HL Deb 13 July 1978 vol 394 cc1689-92

My Lords, I beg leave to ask the Question which stands in my name on the Order Paper.

The Question was as follows:

To ask Her Majesty's Government whether they will consider as an alternative to arbitrary cuts in Civil Service manpower a simplifying of the systems of taxation and of social welfare benefits which require ever greater numbers of staff to administer them.

The LORD PRIVY SEAL (Lord Peart)

My Lords, I have sympathy with the assumptions which lie behind the noble Viscount's Question. Arbitrary cuts—particularly across-the-board reductions without reference to priorities—are not the answer. The Civil Service must be adequately staffed to meet the demands made on it. I believe that the right approach is to keep the administrative cost of government under continuous review, and in particular to search out possibilities for the simplification and improvement of systems and procedures. The four Departments—Inland Revenue, Department of Health and Social Security, Department of Employment, Customs and Excise—directly concerned with the administration of taxation and social welfare benefits keep under review both the structure and the systems of operation with economy and efficiency very much in mind. Major reviews are mounted from time to time in which the Civil Service Department participates.


My Lords, I thank the noble Lord for that reply. Is he aware that there are 50 or so different types of cash benefit for the disabled, and is this a satisfactory situation? Secondly, can he confirm that the take-up of special benefits is something less than 50 per cent.?


My Lords, we are certainly aware of the complexity of the system of benefits for the disabled, and of the difficulties which this may cause to some of them. The Government's strategy, though, has been to provide benefits for the most severely handicapped, and for those who have an inability to work, to walk or to look after themselves. I think that a simpler system would involve very substantial additional expenditure or produce rougher justice. But we are looking at this matter and, naturally, if we can simplify the system action will be taken. On the second question about the appallingly poor take-up of benefits, the take-up of benefits generally is in the range of 75 to 80 per cent.


My Lords, will the noble Lord the Leader of the House agree that, in the case of Governments of both Parties, the obsession with trying to do exactly the right thing in individual cases results in a complication of administration, which inevitably means an immense increase in Civil Service obligations which is quite out of proportion to any real improvement that results from it? I ask this question from no Party point of view, because I consider that my own Party is equally reprehensible in this matter.


My Lords, I accept what the noble Lord has said. On the other hand, I am now responsible for the Civil Service and am anxious that we simplfy matters and ease the administrative burden. That must be our aim. We have achieved success in this, and have even had a reduction in manpower of about 12,000 over the last two years.

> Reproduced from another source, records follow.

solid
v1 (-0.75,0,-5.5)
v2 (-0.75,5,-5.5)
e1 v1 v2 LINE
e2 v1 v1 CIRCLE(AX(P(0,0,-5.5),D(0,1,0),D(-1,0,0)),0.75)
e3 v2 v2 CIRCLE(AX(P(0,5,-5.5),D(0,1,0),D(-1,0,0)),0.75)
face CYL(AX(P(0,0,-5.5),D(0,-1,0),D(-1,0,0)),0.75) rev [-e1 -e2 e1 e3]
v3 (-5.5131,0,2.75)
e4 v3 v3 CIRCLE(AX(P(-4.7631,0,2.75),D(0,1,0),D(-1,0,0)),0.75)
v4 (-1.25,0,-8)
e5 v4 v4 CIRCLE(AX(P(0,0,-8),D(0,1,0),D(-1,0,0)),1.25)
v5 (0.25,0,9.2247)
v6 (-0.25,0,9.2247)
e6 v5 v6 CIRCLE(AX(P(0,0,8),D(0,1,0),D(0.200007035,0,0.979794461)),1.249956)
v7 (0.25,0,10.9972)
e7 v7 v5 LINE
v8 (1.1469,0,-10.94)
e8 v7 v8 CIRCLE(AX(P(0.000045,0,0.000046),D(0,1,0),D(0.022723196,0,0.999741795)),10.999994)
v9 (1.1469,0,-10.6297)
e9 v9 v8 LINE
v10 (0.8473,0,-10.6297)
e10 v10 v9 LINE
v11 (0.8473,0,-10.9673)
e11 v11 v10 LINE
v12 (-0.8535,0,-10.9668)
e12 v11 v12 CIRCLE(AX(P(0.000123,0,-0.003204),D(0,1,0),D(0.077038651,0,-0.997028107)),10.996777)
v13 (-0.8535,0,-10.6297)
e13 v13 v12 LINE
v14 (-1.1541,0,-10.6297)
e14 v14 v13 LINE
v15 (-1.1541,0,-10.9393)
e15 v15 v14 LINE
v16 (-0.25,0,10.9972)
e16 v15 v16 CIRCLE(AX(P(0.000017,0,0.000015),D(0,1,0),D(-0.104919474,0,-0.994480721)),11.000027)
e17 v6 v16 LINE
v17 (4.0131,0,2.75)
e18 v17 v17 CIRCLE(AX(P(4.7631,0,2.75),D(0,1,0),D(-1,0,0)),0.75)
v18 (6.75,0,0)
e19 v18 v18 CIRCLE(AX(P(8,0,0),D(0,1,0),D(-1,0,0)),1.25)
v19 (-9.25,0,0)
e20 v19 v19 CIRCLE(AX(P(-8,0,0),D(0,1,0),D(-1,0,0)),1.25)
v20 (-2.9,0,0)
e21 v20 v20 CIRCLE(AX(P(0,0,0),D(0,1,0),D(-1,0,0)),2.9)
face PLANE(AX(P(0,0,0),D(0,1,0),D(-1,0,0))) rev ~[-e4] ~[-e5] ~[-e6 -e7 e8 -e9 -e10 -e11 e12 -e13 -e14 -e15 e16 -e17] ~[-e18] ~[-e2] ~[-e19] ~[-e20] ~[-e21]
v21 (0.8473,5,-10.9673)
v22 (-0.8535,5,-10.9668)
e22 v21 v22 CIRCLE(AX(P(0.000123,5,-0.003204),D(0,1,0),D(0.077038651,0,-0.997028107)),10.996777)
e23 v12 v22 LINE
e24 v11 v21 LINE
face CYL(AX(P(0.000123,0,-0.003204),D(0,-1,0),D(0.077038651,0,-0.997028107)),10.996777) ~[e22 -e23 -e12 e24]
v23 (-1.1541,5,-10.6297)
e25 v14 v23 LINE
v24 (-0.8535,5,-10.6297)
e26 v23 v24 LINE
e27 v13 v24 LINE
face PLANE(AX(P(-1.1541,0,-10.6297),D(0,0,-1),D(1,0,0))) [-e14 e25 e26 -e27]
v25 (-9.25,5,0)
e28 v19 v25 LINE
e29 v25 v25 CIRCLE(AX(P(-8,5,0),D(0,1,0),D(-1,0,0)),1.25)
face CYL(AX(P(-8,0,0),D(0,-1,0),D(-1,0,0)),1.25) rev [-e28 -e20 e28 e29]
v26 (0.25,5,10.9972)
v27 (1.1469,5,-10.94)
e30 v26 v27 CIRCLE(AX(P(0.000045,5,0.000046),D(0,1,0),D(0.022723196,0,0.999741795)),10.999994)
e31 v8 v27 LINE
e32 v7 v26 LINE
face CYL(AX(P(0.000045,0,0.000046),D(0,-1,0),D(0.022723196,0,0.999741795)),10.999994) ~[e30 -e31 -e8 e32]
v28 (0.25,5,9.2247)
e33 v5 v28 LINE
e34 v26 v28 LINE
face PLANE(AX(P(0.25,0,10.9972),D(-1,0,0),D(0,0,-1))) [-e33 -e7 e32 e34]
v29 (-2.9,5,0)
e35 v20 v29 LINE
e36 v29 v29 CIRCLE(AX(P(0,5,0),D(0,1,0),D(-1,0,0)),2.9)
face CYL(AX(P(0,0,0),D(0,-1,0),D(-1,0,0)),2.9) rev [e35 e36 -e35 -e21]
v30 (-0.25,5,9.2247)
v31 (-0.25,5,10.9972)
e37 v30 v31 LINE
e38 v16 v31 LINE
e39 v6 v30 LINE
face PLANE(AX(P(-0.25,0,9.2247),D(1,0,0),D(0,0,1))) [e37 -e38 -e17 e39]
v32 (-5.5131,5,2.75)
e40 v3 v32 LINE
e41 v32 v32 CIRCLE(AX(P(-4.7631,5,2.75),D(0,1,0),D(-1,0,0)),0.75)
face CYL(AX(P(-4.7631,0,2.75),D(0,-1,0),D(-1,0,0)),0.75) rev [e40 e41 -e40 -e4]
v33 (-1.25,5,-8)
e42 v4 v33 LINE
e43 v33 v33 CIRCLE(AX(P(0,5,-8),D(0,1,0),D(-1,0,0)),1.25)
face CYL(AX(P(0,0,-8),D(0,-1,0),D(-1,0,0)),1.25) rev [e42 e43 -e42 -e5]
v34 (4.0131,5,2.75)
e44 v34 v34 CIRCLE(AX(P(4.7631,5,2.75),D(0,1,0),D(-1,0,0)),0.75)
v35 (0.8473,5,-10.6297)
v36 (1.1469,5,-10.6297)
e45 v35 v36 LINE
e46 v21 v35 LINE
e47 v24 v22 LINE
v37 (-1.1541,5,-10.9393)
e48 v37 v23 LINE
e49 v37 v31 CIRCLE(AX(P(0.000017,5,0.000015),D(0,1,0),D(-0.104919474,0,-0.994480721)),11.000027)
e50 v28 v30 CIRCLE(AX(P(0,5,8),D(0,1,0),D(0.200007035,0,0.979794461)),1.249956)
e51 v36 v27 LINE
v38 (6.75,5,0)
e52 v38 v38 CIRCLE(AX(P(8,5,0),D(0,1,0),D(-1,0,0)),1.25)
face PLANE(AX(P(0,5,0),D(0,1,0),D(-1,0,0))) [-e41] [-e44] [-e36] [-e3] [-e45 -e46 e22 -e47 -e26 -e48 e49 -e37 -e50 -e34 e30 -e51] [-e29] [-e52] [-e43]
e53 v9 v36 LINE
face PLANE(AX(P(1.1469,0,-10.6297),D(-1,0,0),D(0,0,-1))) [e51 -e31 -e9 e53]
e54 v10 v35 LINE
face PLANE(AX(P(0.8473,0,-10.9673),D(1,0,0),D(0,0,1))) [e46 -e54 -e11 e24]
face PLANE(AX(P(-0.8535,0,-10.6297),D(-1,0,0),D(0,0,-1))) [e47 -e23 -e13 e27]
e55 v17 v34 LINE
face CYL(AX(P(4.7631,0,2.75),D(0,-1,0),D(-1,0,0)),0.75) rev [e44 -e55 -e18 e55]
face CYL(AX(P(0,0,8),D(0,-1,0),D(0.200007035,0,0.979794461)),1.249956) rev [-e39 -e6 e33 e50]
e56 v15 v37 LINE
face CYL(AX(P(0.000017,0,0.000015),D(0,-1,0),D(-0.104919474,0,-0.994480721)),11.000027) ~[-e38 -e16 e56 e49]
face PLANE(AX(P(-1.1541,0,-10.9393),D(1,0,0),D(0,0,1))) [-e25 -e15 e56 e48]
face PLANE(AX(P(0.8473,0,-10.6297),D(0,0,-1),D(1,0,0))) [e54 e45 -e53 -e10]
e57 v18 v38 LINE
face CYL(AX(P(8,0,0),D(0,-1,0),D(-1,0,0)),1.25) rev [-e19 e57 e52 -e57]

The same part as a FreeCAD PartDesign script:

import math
import FreeCAD as App
import Part
import Sketcher

V = App.Vector
Q = App.Units.Quantity

doc = App.newDocument("Part")
body = doc.addObject("PartDesign::Body", "Body")

# Sketch on XZ plane
sketch1 = body.newObject("Sketcher::SketchObject", "Sketch")
sketch1.AttachmentSupport = (doc.getObject("XZ_Plane"), [""])
sketch1.MapMode = "FlatFace"
sketch1.addGeometry([
    Part.ArcOfCircle(Part.Circle(V(0, 8, 0), V(0, 0, 1), 1.25), math.radians(102), math.radians(438)),  # 0
    Part.LineSegment(V(0.25, 9.22, 0), V(0.25, 11, 0)),  # 1
    Part.ArcOfCircle(Part.Circle(V(0, 0, 0), V(0, 0, 1), 11), math.radians(-84), math.radians(89)),  # 2
    Part.LineSegment(V(1.15, -10.94, 0), V(1.15, -10.63, 0)),  # 3
    Part.LineSegment(V(1.15, -10.63, 0), V(0.85, -10.63, 0)),  # 4
    Part.LineSegment(V(0.85, -10.63, 0), V(0.85, -10.97, 0)),  # 5
    Part.ArcOfCircle(Part.Circle(V(0, 0, 0), V(0, 0, 1), 11), math.radians(-94.45), math.radians(-85.58)),  # 6
    Part.LineSegment(V(-0.85, -10.97, 0), V(-0.85, -10.63, 0)),  # 7
    Part.LineSegment(V(-0.85, -10.63, 0), V(-1.15, -10.63, 0)),  # 8
    Part.LineSegment(V(-1.15, -10.63, 0), V(-1.15, -10.94, 0)),  # 9
    Part.ArcOfCircle(Part.Circle(V(0, 0, 0), V(0, 0, 1), 11), math.radians(91), math.radians(264)),  # 10
    Part.LineSegment(V(-0.25, 11, 0), V(-0.25, 9.22, 0)),  # 11
    Part.Circle(V(0, -8, 0), V(0, 0, 1), 1.25),  # 12
    Part.Circle(V(0, -5.5, 0), V(0, 0, 1), 0.75),  # 13
    Part.Circle(V(8, 0, 0), V(0, 0, 1), 1.25),  # 14
    Part.Circle(V(4.76, 2.75, 0), V(0, 0, 1), 0.75),  # 15
    Part.Circle(V(0, 0, 0), V(0, 0, 1), 2.9),  # 16
    Part.Circle(V(-4.76, 2.75, 0), V(0, 0, 1), 0.75),  # 17
    Part.Circle(V(-8, 0, 0), V(0, 0, 1), 1.25),  # 18
], False)
sketch1.addConstraint([
    Sketcher.Constraint("Coincident", 0, 2, 1, 1),
    Sketcher.Constraint("Coincident", 1, 2, 2, 2),
    Sketcher.Constraint("Coincident", 2, 1, 3, 1),
    Sketcher.Constraint("Coincident", 3, 2, 4, 1),
    Sketcher.Constraint("Coincident", 4, 2, 5, 1),
    Sketcher.Constraint("Coincident", 5, 2, 6, 2),
    Sketcher.Constraint("Coincident", 6, 1, 7, 1),
    Sketcher.Constraint("Coincident", 7, 2, 8, 1),
    Sketcher.Constraint("Coincident", 8, 2, 9, 1),
    Sketcher.Constraint("Coincident", 9, 2, 10, 2),
    Sketcher.Constraint("Coincident", 10, 1, 11, 1),
    Sketcher.Constraint("Coincident", 11, 2, 0, 1),
    Sketcher.Constraint("Vertical", 1),
    Sketcher.Constraint("Vertical", 3),
    Sketcher.Constraint("Horizontal", 4),
    Sketcher.Constraint("Vertical", 5),
    Sketcher.Constraint("Vertical", 7),
    Sketcher.Constraint("Horizontal", 8),
    Sketcher.Constraint("Vertical", 9),
    Sketcher.Constraint("Vertical", 11),
    Sketcher.Constraint("Coincident", 2, 3, -1, 1),
    Sketcher.Constraint("Coincident", 10, 3, -1, 1),
    Sketcher.Constraint("Coincident", 16, 3, -1, 1),
    Sketcher.Constraint("Equal", 2, 10),
    Sketcher.Constraint("Equal", 0, 12),
    Sketcher.Constraint("Equal", 12, 14),
    Sketcher.Constraint("Equal", 13, 15),
    Sketcher.Constraint("Equal", 15, 17),
    Sketcher.Constraint("Equal", 14, 18),
    Sketcher.Constraint("Symmetric", 0, 3, 12, 3, -1, 1),
    Sketcher.Constraint("Symmetric", 14, 3, 18, 3, -1, 1),
    Sketcher.Constraint("Symmetric", 15, 3, 17, 3, -2),
    Sketcher.Constraint("Symmetric", 0, 2, 11, 2, -2),
    Sketcher.Constraint("PointOnObject", 6, 3, -2),
    Sketcher.Constraint("PointOnObject", 13, 3, -2),
    Sketcher.Constraint("PointOnObject", 14, 3, -1),
    Sketcher.Constraint("Horizontal", 4, 2, 7, 2),
    Sketcher.Constraint("Radius", 2, Q("11 mm")),
    Sketcher.Constraint("Diameter", 12, Q("2.5 mm")),
    Sketcher.Constraint("Diameter", 13, Q("1.5 mm")),
    Sketcher.Constraint("Diameter", 16, Q("5.8 mm")),
    Sketcher.Constraint("DistanceY", -1, 1, 0, 3, Q("8 mm")),
    Sketcher.Constraint("DistanceX", -1, 1, 14, 3, Q("8 mm")),
    Sketcher.Constraint("DistanceY", 13, 3, -1, 1, Q("5.5 mm")),
    Sketcher.Constraint("Radius", 6, Q("10.9968 mm")),
    Sketcher.Constraint("DistanceX", 10, 1, 1, 2, Q("0.5 mm")),
    Sketcher.Constraint("DistanceY", 7, 1, 7, 2, Q("0.337 mm")),
    Sketcher.Constraint("DistanceY", -1, 1, 15, 3, Q("2.75 mm")),
    Sketcher.Constraint("DistanceY", 2, 1, -1, 1, Q("10.94 mm")),
    Sketcher.Constraint("DistanceX", 4, 2, 4, 1, Q("0.2996 mm")),
    Sketcher.Constraint("DistanceX", 8, 2, 8, 1, Q("0.3006 mm")),
    Sketcher.Constraint("DistanceY", 3, 1, 3, 2, Q("0.3103 mm")),
    Sketcher.Constraint("DistanceY", 5, 2, 5, 1, Q("0.3376 mm")),
    Sketcher.Constraint("DistanceX", -1, 1, 15, 3, Q("4.763 mm")),
])
pad1 = body.newObject("PartDesign::Pad", "Pad")
pad1.Profile = sketch1
pad1.Length = 5
pad1.Reversed = True

doc.recompute()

My Lords, is the noble Lord the Leader of the House aware that employees claiming sickness benefit always have to wait for certainly three weeks, and often six weeks, and that, if they do not have a kind employer, that can cause hardship? Is the noble Lord further aware that I believe a lot of difficulty is caused by the fact that there are inexperienced staff dealing with these matters, some of whom have very little knowledge of English?

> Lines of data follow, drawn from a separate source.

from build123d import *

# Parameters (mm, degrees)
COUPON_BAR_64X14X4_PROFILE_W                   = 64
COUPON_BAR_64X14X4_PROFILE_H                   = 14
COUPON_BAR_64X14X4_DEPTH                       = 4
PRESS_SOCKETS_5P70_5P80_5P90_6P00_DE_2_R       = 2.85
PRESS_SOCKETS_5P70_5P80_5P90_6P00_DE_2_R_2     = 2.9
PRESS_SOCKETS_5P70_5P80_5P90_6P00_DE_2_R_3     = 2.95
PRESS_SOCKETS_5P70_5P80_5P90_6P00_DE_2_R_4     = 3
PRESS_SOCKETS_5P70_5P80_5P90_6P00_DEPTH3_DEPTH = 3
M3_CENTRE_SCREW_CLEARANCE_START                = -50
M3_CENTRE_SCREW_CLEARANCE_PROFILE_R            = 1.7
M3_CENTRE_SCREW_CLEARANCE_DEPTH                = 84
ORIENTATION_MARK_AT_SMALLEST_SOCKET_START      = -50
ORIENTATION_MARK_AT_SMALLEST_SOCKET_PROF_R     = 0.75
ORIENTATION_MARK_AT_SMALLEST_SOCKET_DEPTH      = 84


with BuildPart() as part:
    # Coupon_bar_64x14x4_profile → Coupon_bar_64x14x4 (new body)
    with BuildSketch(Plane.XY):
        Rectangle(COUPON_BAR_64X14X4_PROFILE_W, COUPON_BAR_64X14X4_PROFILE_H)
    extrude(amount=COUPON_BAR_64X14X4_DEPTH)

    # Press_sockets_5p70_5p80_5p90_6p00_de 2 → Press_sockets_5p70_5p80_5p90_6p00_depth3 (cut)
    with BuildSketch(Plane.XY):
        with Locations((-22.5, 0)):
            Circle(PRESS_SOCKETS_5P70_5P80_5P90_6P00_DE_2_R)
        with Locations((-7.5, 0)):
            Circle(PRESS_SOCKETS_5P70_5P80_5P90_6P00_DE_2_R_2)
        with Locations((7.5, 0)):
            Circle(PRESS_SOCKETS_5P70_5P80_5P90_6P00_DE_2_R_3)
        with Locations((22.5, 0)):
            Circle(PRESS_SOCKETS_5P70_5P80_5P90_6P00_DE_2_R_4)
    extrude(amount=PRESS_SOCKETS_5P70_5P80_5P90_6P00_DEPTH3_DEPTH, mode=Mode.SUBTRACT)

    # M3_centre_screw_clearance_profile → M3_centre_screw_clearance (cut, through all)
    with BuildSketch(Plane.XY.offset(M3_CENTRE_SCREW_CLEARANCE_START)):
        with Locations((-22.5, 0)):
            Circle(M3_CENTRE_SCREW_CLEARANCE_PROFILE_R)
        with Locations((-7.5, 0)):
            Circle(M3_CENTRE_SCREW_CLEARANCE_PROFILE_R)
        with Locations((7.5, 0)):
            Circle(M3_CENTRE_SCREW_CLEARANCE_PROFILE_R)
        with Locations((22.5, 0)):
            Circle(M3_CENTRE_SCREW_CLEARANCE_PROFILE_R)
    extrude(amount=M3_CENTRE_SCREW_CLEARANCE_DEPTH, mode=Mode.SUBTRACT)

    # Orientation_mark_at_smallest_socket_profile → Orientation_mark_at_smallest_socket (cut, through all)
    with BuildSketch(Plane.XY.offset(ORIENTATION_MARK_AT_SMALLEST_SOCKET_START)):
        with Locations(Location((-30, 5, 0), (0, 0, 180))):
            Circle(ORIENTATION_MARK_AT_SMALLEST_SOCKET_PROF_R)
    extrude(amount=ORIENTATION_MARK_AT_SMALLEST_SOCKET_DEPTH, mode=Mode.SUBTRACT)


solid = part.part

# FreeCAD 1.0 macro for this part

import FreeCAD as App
import Part
import Sketcher
from FreeCAD import Vector

doc = App.newDocument("Part")
params = doc.addObject("Spreadsheet::Sheet", "Params")
for row, (alias, value) in enumerate([
    ("sketch1_width", "64 mm"),
    ("sketch1_height", "14 mm"),
    ("pad1_length", "4 mm"),
    ("sketch2_diameter", "6 mm"),
    ("sketch2_diameter2", "5.7 mm"),
    ("sketch2_diameter3", "5.8 mm"),
    ("sketch2_diameter4", "5.9 mm"),
    ("pocket1_length", "3 mm"),
    ("sketch3_diameter", "3.4 mm"),
    ("sketch4_diameter", "1.5 mm"),
], start=1):
    params.set(f"A{row}", alias)
    params.set(f"B{row}", "=" + value)
    params.setAlias(f"B{row}", alias)

body = doc.addObject("PartDesign::Body", "Body")

# Sketch on XY plane
sketch1 = doc.addObject("Sketcher::SketchObject", "Sketch")
body.addObject(sketch1)
sketch1.AttachmentSupport = (doc.XY_Plane, [""])
sketch1.MapMode = "FlatFace"
sketch1.addGeometry([
    Part.LineSegment(Vector(-32, 7, 0), Vector(-32, -7, 0)),
    Part.LineSegment(Vector(-32, -7, 0), Vector(32, -7, 0)),
    Part.LineSegment(Vector(32, -7, 0), Vector(32, 7, 0)),
    Part.LineSegment(Vector(32, 7, 0), Vector(-32, 7, 0)),
], False)
sketch1.addConstraint([
    Sketcher.Constraint("Coincident", 0, 2, 1, 1),
    Sketcher.Constraint("Coincident", 1, 2, 2, 1),
    Sketcher.Constraint("Coincident", 2, 2, 3, 1),
    Sketcher.Constraint("Coincident", 3, 2, 0, 1),
    Sketcher.Constraint("Vertical", 0),
    Sketcher.Constraint("Horizontal", 1),
    Sketcher.Constraint("Vertical", 2),
    Sketcher.Constraint("Horizontal", 3),
    Sketcher.Constraint("Symmetric", 0, 2, 2, 2, -1, 1),
    Sketcher.Constraint("DistanceX", 1, 1, 1, 2, 64.0),
    Sketcher.Constraint("DistanceY", 0, 2, 0, 1, 14.0),
])
sketch1.setExpression("Constraints[9]", "Params.sketch1_width")
sketch1.setExpression("Constraints[10]", "Params.sketch1_height")
pad1 = doc.addObject("PartDesign::Pad", "Pad")
body.addObject(pad1)
pad1.Profile = sketch1
pad1.setExpression("Length", "Params.pad1_length")

# Sketch on XY plane
sketch2 = doc.addObject("Sketcher::SketchObject", "Sketch001")
body.addObject(sketch2)
sketch2.AttachmentSupport = (doc.XY_Plane, [""])
sketch2.MapMode = "FlatFace"
sketch2.addGeometry([
    Part.Circle(Vector(-22.5, 0, 0), Vector(0, 0, 1), 2.85),
    Part.Circle(Vector(-7.5, 0, 0), Vector(0, 0, 1), 2.9),
    Part.Circle(Vector(7.5, 0, 0), Vector(0, 0, 1), 2.95),
    Part.Circle(Vector(22.5, 0, 0), Vector(0, 0, 1), 3),
], False)
sketch2.addConstraint([
    Sketcher.Constraint("Symmetric", 1, 3, 2, 3, -1, 1),
    Sketcher.Constraint("Symmetric", 0, 3, 3, 3, -1, 1),
    Sketcher.Constraint("PointOnObject", 0, 3, -1),
    Sketcher.Constraint("PointOnObject", 1, 3, -1),
    Sketcher.Constraint("Diameter", 3, 6.0),
    Sketcher.Constraint("Diameter", 0, 5.7),
    Sketcher.Constraint("Diameter", 1, 5.8),
    Sketcher.Constraint("Diameter", 2, 5.9),
    Sketcher.Constraint("DistanceX", 0, 3, 1, 3, 15.0),
    Sketcher.Constraint("DistanceX", 1, 3, 2, 3, 15.0),
])
sketch2.setExpression("Constraints[4]", "Params.sketch2_diameter")
sketch2.setExpression("Constraints[5]", "Params.sketch2_diameter2")
sketch2.setExpression("Constraints[6]", "Params.sketch2_diameter3")
sketch2.setExpression("Constraints[7]", "Params.sketch2_diameter4")
pocket1 = doc.addObject("PartDesign::Pocket", "Pocket")
body.addObject(pocket1)
pocket1.Profile = sketch2
pocket1.setExpression("Length", "Params.pocket1_length")
pocket1.Reversed = True

# Sketch on XY plane
sketch3 = doc.addObject("Sketcher::SketchObject", "Sketch002")
body.addObject(sketch3)
sketch3.AttachmentSupport = (doc.XY_Plane, [""])
sketch3.MapMode = "FlatFace"
sketch3.AttachmentOffset = App.Placement(Vector(0, 0, -50), App.Rotation())
sketch3.addGeometry([
    Part.Circle(Vector(-22.5, 0, 0), Vector(0, 0, 1), 1.7),
    Part.Circle(Vector(-7.5, 0, 0), Vector(0, 0, 1), 1.7),
    Part.Circle(Vector(7.5, 0, 0), Vector(0, 0, 1), 1.7),
    Part.Circle(Vector(22.5, 0, 0), Vector(0, 0, 1), 1.7),
], False)
sketch3.addConstraint([
    Sketcher.Constraint("Equal", 0, 1),
    Sketcher.Constraint("Equal", 1, 2),
    Sketcher.Constraint("Equal", 2, 3),
    Sketcher.Constraint("Symmetric", 1, 3, 2, 3, -1, 1),
    Sketcher.Constraint("Symmetric", 0, 3, 3, 3, -1, 1),
    Sketcher.Constraint("PointOnObject", 0, 3, -1),
    Sketcher.Constraint("PointOnObject", 1, 3, -1),
    Sketcher.Constraint("Diameter", 0, 3.4),
    Sketcher.Constraint("DistanceX", 0, 3, 1, 3, 15.0),
    Sketcher.Constraint("DistanceX", 1, 3, 2, 3, 15.0),
])
sketch3.setExpression("Constraints[7]", "Params.sketch3_diameter")
pocket2 = doc.addObject("PartDesign::Pocket", "Pocket001")
body.addObject(pocket2)
pocket2.Profile = sketch3
pocket2.Type = "ThroughAll"
pocket2.Reversed = True

# Sketch on XY plane
sketch4 = doc.addObject("Sketcher::SketchObject", "Sketch003")
body.addObject(sketch4)
sketch4.AttachmentSupport = (doc.XY_Plane, [""])
sketch4.MapMode = "FlatFace"
sketch4.AttachmentOffset = App.Placement(Vector(0, 0, -50), App.Rotation())
sketch4.addGeometry(Part.Circle(Vector(-30, 5, 0), Vector(0, 0, 1), 0.75), False)
sketch4.addConstraint([
    Sketcher.Constraint("Diameter", 0, 1.5),
    Sketcher.Constraint("DistanceX", 0, 3, -1, 1, 30.0),
    Sketcher.Constraint("DistanceY", -1, 1, 0, 3, 5.0),
])
sketch4.setExpression("Constraints[0]", "Params.sketch4_diameter")
pocket3 = doc.addObject("PartDesign::Pocket", "Pocket002")
body.addObject(pocket3)
pocket3.Profile = sketch4
pocket3.Type = "ThroughAll"
pocket3.Reversed = True

doc.recompute()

My Lords, I know that there is sometimes a problem, but I would not say that the staff are inexperienced. They are very good staff. But if we wanted to have further surveillance that would mean more manpower, and I thought that the Party opposite was for reducing the numbers of civil servants and expenditure.


My Lords, cannot the noble Lord make a small beginning by dispensing with outside political advisers who now figure on the Civil Service List, but make no contribution to the national good?


That is another matter, my Lords. But the noble Lord knows that there are political advisers even under a Conservative Administration.


My Lords, can the noble Lord say whether there has been any recent joint investigation by the Departments to which he referred in his original Answer today into the possibility of introducing a tax credit scheme?


My Lords, that is another matter. It is one which we shall note, but we have made no decision on that at all.


My Lords, I wonder whether the noble Lord the Leader of the House can give us any idea of the ratio of manpower and wages to the amount of benefits dispensed, because it is a very large sum of money. If the noble Lord does not have the information with him, will he perhaps be able to obtain it?


Yes, my Lords. I will see whether I can get a figure. I do not have one now, but I will certainly go into this.


My Lords, has my noble friend paid any attention to the size of the staff of the Inland Revenue Department, and can he perhaps cut down some of the staff in that Department? Their letters seem to come far too promptly.


My Lords, I think that the Inland Revenue is a very efficient Department. I had the honour and privilege of being their guest at a conference a year ago, and had discussions with them. I think that we are well served by the people in that Department.


My Lords, is my noble friend aware that some of us are concerned that the least well-off in the community are the least articulate? Any cuts in the service would hit them hard, and some of us would condemn it.


Yes, my Lords. I believe that there is quite a lot in what my noble friend has said.